** WORK ITEM **
Taking the entries below from the top, restate each line exactly and end with the line containing "#284=EDGE_CURVE('',#276,#55,#60,.T.);".

** EXCERPTED RECORDS **
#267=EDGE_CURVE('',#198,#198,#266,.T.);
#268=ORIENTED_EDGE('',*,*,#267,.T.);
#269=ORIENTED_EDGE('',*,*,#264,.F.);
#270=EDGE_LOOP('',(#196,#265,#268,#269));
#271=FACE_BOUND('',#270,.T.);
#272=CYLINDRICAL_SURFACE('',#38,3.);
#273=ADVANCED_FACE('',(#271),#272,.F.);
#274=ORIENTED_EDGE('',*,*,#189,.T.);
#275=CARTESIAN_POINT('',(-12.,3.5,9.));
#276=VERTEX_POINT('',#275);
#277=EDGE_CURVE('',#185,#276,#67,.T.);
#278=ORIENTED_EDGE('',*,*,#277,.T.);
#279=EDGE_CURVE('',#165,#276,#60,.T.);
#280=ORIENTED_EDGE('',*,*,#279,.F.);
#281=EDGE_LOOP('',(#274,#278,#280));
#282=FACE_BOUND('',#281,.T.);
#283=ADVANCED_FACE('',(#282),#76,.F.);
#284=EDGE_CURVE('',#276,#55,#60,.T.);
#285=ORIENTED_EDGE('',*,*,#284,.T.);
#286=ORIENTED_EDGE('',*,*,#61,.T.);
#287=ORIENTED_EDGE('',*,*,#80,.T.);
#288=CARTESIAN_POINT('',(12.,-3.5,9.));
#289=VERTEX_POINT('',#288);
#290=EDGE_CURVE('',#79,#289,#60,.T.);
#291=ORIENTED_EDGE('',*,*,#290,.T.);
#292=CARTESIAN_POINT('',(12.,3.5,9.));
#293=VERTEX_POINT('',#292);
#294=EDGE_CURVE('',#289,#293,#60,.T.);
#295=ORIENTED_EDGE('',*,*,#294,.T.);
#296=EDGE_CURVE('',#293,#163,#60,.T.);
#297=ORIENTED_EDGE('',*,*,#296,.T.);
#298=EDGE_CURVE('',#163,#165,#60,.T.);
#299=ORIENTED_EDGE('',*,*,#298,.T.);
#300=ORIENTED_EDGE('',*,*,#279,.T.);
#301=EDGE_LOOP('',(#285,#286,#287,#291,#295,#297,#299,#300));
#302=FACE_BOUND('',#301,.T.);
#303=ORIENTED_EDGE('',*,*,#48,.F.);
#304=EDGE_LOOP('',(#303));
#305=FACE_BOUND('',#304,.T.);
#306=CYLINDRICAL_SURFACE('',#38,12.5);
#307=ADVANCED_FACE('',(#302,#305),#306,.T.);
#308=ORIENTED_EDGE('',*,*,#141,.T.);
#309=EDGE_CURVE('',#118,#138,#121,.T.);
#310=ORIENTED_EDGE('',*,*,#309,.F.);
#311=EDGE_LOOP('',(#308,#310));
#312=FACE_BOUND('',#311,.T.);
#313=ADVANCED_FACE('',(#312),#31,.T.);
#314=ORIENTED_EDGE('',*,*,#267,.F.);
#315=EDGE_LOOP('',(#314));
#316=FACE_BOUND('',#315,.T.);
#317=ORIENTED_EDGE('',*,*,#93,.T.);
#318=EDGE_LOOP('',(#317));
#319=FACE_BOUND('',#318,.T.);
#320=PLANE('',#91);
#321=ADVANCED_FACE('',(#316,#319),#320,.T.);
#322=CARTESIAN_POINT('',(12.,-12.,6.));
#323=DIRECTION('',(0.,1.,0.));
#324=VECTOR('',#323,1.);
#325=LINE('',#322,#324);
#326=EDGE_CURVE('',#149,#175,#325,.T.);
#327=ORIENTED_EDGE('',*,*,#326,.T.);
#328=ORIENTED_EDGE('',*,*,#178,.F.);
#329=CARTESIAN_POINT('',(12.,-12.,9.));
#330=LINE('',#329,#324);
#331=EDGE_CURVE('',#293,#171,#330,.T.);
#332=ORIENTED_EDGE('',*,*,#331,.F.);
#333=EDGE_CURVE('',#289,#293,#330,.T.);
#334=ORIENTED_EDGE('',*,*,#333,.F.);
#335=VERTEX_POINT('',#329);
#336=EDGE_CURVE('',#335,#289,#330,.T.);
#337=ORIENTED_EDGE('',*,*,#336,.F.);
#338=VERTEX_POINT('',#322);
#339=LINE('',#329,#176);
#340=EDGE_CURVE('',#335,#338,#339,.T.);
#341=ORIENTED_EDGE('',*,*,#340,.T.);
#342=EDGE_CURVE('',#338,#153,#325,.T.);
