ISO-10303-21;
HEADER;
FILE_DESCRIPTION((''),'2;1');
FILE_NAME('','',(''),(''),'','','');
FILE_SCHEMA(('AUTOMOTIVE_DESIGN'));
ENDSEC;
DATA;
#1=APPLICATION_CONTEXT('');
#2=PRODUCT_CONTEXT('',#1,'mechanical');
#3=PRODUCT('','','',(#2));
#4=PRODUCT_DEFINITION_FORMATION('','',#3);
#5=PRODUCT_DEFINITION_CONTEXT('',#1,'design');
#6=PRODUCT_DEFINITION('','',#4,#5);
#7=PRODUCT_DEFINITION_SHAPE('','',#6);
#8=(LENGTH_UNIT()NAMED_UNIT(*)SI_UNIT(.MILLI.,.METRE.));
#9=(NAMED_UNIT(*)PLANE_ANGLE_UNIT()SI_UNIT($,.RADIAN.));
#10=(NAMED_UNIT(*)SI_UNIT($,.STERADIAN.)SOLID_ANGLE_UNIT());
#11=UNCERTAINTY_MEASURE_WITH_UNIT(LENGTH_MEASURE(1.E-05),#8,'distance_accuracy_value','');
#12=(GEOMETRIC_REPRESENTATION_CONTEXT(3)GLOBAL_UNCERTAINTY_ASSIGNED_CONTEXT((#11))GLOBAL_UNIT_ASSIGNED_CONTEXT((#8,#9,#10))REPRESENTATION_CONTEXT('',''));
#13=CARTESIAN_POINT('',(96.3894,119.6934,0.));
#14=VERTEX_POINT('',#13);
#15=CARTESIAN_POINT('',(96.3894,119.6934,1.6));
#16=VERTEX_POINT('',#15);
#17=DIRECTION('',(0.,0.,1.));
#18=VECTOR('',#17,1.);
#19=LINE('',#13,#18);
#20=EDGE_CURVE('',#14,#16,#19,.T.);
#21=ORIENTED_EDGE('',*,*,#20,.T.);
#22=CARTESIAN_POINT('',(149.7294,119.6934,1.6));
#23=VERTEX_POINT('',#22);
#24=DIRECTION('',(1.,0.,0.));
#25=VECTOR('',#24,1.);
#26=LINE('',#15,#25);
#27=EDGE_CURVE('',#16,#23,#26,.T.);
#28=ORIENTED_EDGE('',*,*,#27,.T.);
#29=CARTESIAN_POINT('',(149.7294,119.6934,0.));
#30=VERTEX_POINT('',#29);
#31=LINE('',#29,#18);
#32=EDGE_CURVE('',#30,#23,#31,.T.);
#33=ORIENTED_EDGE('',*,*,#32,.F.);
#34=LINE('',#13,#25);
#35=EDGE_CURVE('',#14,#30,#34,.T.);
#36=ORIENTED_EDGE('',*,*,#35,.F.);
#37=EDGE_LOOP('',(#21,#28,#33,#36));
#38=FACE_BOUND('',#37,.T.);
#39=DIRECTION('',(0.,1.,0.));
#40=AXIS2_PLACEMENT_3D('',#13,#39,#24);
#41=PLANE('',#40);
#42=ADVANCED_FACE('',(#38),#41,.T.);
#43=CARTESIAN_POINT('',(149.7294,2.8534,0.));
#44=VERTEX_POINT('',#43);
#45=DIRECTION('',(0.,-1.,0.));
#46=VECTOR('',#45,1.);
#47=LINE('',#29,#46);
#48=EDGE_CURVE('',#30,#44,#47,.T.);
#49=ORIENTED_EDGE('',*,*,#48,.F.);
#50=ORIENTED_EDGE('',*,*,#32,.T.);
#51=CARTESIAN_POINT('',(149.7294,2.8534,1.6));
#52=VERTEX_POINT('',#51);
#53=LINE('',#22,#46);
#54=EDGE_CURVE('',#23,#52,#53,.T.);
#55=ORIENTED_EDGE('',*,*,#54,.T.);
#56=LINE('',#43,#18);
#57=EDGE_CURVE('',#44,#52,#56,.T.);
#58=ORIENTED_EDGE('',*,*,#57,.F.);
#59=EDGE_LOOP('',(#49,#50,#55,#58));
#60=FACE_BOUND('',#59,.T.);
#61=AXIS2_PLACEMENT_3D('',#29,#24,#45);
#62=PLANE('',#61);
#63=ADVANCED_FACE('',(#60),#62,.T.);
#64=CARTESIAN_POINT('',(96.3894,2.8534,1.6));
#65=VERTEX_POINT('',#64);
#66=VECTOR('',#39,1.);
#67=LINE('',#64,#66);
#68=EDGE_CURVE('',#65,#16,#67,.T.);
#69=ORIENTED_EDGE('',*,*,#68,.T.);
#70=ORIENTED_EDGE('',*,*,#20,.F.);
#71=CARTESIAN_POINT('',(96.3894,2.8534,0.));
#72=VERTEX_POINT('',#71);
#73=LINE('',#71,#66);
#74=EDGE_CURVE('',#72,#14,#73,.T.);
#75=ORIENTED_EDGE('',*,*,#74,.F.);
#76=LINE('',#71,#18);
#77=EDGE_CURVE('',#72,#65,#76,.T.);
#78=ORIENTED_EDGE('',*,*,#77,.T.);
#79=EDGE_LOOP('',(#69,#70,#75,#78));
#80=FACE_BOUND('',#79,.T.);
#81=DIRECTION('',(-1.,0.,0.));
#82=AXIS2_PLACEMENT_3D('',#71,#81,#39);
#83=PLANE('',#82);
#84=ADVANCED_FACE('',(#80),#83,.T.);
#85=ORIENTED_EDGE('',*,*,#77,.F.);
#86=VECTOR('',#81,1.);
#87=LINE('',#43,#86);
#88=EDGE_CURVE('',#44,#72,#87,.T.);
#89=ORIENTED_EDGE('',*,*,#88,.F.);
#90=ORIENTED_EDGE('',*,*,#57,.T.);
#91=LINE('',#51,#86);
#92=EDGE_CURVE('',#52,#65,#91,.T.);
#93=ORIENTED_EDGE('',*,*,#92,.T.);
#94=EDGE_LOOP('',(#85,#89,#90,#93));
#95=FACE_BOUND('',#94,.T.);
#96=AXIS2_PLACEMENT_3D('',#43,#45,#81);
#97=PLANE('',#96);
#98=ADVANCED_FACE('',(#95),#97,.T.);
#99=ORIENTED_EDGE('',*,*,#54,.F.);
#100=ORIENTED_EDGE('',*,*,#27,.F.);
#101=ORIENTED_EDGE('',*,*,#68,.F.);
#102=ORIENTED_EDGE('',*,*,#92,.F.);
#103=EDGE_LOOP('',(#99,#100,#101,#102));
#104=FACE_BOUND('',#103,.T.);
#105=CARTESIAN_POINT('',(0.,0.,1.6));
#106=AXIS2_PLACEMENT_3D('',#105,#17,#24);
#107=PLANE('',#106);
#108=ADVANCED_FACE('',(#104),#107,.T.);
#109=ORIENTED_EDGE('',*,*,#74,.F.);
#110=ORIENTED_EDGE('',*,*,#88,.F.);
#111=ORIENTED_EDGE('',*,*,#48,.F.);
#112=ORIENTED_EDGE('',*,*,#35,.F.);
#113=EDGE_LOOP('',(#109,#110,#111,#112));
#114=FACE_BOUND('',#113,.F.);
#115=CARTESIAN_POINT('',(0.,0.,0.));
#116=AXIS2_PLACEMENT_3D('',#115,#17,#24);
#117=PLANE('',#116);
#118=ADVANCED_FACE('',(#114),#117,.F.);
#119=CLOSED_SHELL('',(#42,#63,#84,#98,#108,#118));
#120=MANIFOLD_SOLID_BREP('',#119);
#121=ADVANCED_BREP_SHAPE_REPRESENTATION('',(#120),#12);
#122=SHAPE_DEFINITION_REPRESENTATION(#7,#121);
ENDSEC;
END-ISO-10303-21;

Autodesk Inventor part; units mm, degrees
ref_plane "YZ Plane" through (0, 0, 0) normal (1, 0, 0) x (0, 1, 0)
ref_plane "XZ Plane" through (0, 0, 0) normal (0, 1, 0) x (-1, 0, 0)
ref_plane "XY Plane" through (0, 0, 0) normal (0, 0, 1) x (1, 0, 0)
sketch "Sketch1" plane through (0, 0, 0) normal (0, 0, 1) x (1, 0, 0)
  line L0 (96.3894, 119.6934) -> (149.7294, 119.6934)
  line L1 (149.7294, 119.6934) -> (149.7294, 2.8534)
  line L2 (149.7294, 2.8534) -> (96.3894, 2.8534)
  line L3 (96.3894, 2.8534) -> (96.3894, 119.6934)
  point P0 (0, 0)
  dimension "d0" = 116.84
  dimension "d1" = 53.34
extrude "Extrusion1" add sketch "Sketch1" along normal blind 1.6
properties part number "Prelim_Board"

** YOUR SOLUTION **
#267=EDGE_CURVE('',#198,#198,#266,.T.);
#268=ORIENTED_EDGE('',*,*,#267,.T.);
#269=ORIENTED_EDGE('',*,*,#264,.F.);
#270=EDGE_LOOP('',(#196,#265,#268,#269));
#271=FACE_BOUND('',#270,.T.);
#272=CYLINDRICAL_SURFACE('',#38,3.);
#273=ADVANCED_FACE('',(#271),#272,.F.);
#274=ORIENTED_EDGE('',*,*,#189,.T.);
#275=CARTESIAN_POINT('',(-12.,3.5,9.));
#276=VERTEX_POINT('',#275);
#277=EDGE_CURVE('',#185,#276,#67,.T.);
#278=ORIENTED_EDGE('',*,*,#277,.T.);
#279=EDGE_CURVE('',#165,#276,#60,.T.);
#280=ORIENTED_EDGE('',*,*,#279,.F.);
#281=EDGE_LOOP('',(#274,#278,#280));
#282=FACE_BOUND('',#281,.T.);
#283=ADVANCED_FACE('',(#282),#76,.F.);
#284=EDGE_CURVE('',#276,#55,#60,.T.);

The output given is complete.